Xockets wants damages for this conduct, but it also wants to obtain an injunction against the alleged violation of its patents and the alleged violation of antitrust laws through the buyers’ cartel. A preliminary hearing on the injunction will take place on September 19. This is obviously a huge challenge against companies with multitrillion-dollar market caps and armies of lawyers. Why does Cote think Xockets can pull it off?
“We have a great story around key innovations that enable the AI revolution,” he said. “The law gives you patent exclusivity. In trade for telling everyone what I’m doing, I have the strong hand of stopping anyone who wants to steal from me.”
Nvidia and Microsoft declined to comment.
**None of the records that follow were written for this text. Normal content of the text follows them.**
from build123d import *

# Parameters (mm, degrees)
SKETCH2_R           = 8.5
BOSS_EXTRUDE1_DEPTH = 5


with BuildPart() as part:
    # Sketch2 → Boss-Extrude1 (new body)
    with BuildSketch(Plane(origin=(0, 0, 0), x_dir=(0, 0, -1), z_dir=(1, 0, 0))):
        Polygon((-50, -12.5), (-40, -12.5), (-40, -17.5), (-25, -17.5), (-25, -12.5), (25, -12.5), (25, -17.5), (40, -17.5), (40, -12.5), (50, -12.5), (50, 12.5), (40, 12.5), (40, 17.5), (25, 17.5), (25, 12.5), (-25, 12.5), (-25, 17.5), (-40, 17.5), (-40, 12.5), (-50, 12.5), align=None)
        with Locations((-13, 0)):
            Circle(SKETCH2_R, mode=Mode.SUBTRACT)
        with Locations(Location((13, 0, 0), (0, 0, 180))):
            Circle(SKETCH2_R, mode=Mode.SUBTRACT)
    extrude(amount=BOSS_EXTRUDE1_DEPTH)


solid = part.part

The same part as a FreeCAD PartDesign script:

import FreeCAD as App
import Part
import Sketcher

V = App.Vector


def add_polygon(sketch, points):
    """Adds a closed chain of lines whose ends are joined by coincident constraints."""
    first, n = sketch.GeometryCount, len(points)
    for a, b in zip(points, points[1:] + points[:1]):
        sketch.addGeometry(Part.LineSegment(App.Vector(*a, 0), App.Vector(*b, 0)), False)
    for i in range(n):
        sketch.addConstraint(Sketcher.Constraint("Coincident", first + i, 2, first + (i + 1) % n, 1))

doc = App.newDocument("Part")
body = doc.addObject("PartDesign::Body", "Body")

# Sketch on YZ plane
sketch1 = body.newObject("Sketcher::SketchObject", "Sketch")
sketch1.AttachmentSupport = (doc.getObject("YZ_Plane"), [""])
sketch1.MapMode = "FlatFace"
add_polygon(sketch1, [(-12.5, 50), (-12.5, 40), (-17.5, 40), (-17.5, 25), (-12.5, 25), (-12.5, -25), (-17.5, -25), (-17.5, -40), (-12.5, -40), (-12.5, -50), (12.5, -50), (12.5, -40), (17.5, -40), (17.5, -25), (12.5, -25), (12.5, 25), (17.5, 25), (17.5, 40), (12.5, 40), (12.5, 50)])  # lines 0-19
sketch1.addGeometry(Part.Circle(V(0, 13, 0), V(0, 0, 1), 8.5), False)  # 20
sketch1.addGeometry(Part.Circle(V(0, -13, 0), V(0, 0, 1), 8.5), False)  # 21
sketch1.addConstraint([
    Sketcher.Constraint("Vertical", 0),
    Sketcher.Constraint("Horizontal", 1),
    Sketcher.Constraint("Vertical", 2),
    Sketcher.Constraint("Horizontal", 3),
    Sketcher.Constraint("Vertical", 4),
    Sketcher.Constraint("Horizontal", 5),
    Sketcher.Constraint("Vertical", 6),
    Sketcher.Constraint("Horizontal", 7),
    Sketcher.Constraint("Vertical", 8),
    Sketcher.Constraint("Horizontal", 9),
    Sketcher.Constraint("Vertical", 10),
    Sketcher.Constraint("Horizontal", 11),
    Sketcher.Constraint("Vertical", 12),
    Sketcher.Constraint("Horizontal", 13),
    Sketcher.Constraint("Vertical", 14),
    Sketcher.Constraint("Horizontal", 15),
    Sketcher.Constraint("Vertical", 16),
    Sketcher.Constraint("Horizontal", 17),
    Sketcher.Constraint("Vertical", 18),
    Sketcher.Constraint("Horizontal", 19),
    Sketcher.Constraint("Equal", 20, 21),
    Sketcher.Constraint("Symmetric", 20, 3, 21, 3, -1, 1),
    Sketcher.Constraint("Symmetric", 0, 2, 10, 2, -1, 1),
    Sketcher.Constraint("Symmetric", 2, 2, 12, 2, -1, 1),
    Sketcher.Constraint("Symmetric", 4, 2, 14, 2, -1, 1),
    Sketcher.Constraint("Symmetric", 6, 2, 16, 2, -1, 1),
    Sketcher.Constraint("Symmetric", 8, 2, 18, 2, -1, 1),
    Sketcher.Constraint("Symmetric", 7, 2, 10, 2, -2),
    Sketcher.Constraint("Symmetric", 5, 2, 12, 2, -2),
    Sketcher.Constraint("PointOnObject", 20, 3, -2),
    Sketcher.Constraint("Vertical", 0, 2, 3, 2),
    Sketcher.Constraint("Diameter", 20, 17.0),
    Sketcher.Constraint("DistanceX", 1, 2, 1, 1, 5.0),
    Sketcher.Constraint("DistanceX", 9, 1, 9, 2, 25.0),
    Sketcher.Constraint("DistanceY", 0, 2, 0, 1, 10.0),
    Sketcher.Constraint("DistanceY", 2, 2, 2, 1, 15.0),
    Sketcher.Constraint("DistanceY", 4, 2, 4, 1, 50.0),
    Sketcher.Constraint("DistanceY", -1, 1, 20, 3, 13.0),
])
pad1 = body.newObject("PartDesign::Pad", "Pad")
pad1.Profile = sketch1
pad1.Length = 5

doc.recompute()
There are a couple of notable elements to this case. First of all, for all the AI software hype, Silicon Valley still relies on hardware to make things run. Xockets’ technology and that of other “Little Tech” entrepreneurs remains a necessary backbone, and if the biggest firms with control of data and a first-mover advantage have created schemes to obviate their need to pay a fair price for that hardware, something is wrong with what is assigned value in the tech economy.
Second, the revelation of RPX as what Xockets claims is a cartel deserves much more scrutiny. It undermines the very architecture of competition in the AI ecosystem. And finally, this is exactly what antitrust enforcers have raised alarms about with respect to learning from Big Tech’s machinations in the past and applying them to the AI future. They don’t want competition killed by incumbents, and prominence in AI coming mainly from who has access to data. This case offers a potential window into how that operates.
“The innovation economy built the largest economy in the world, the most prosperous nation on Earth,” said Cote. “That starts in the Constitution by giving patent protection to people. We don’t want the shade to kill the young seedlings.”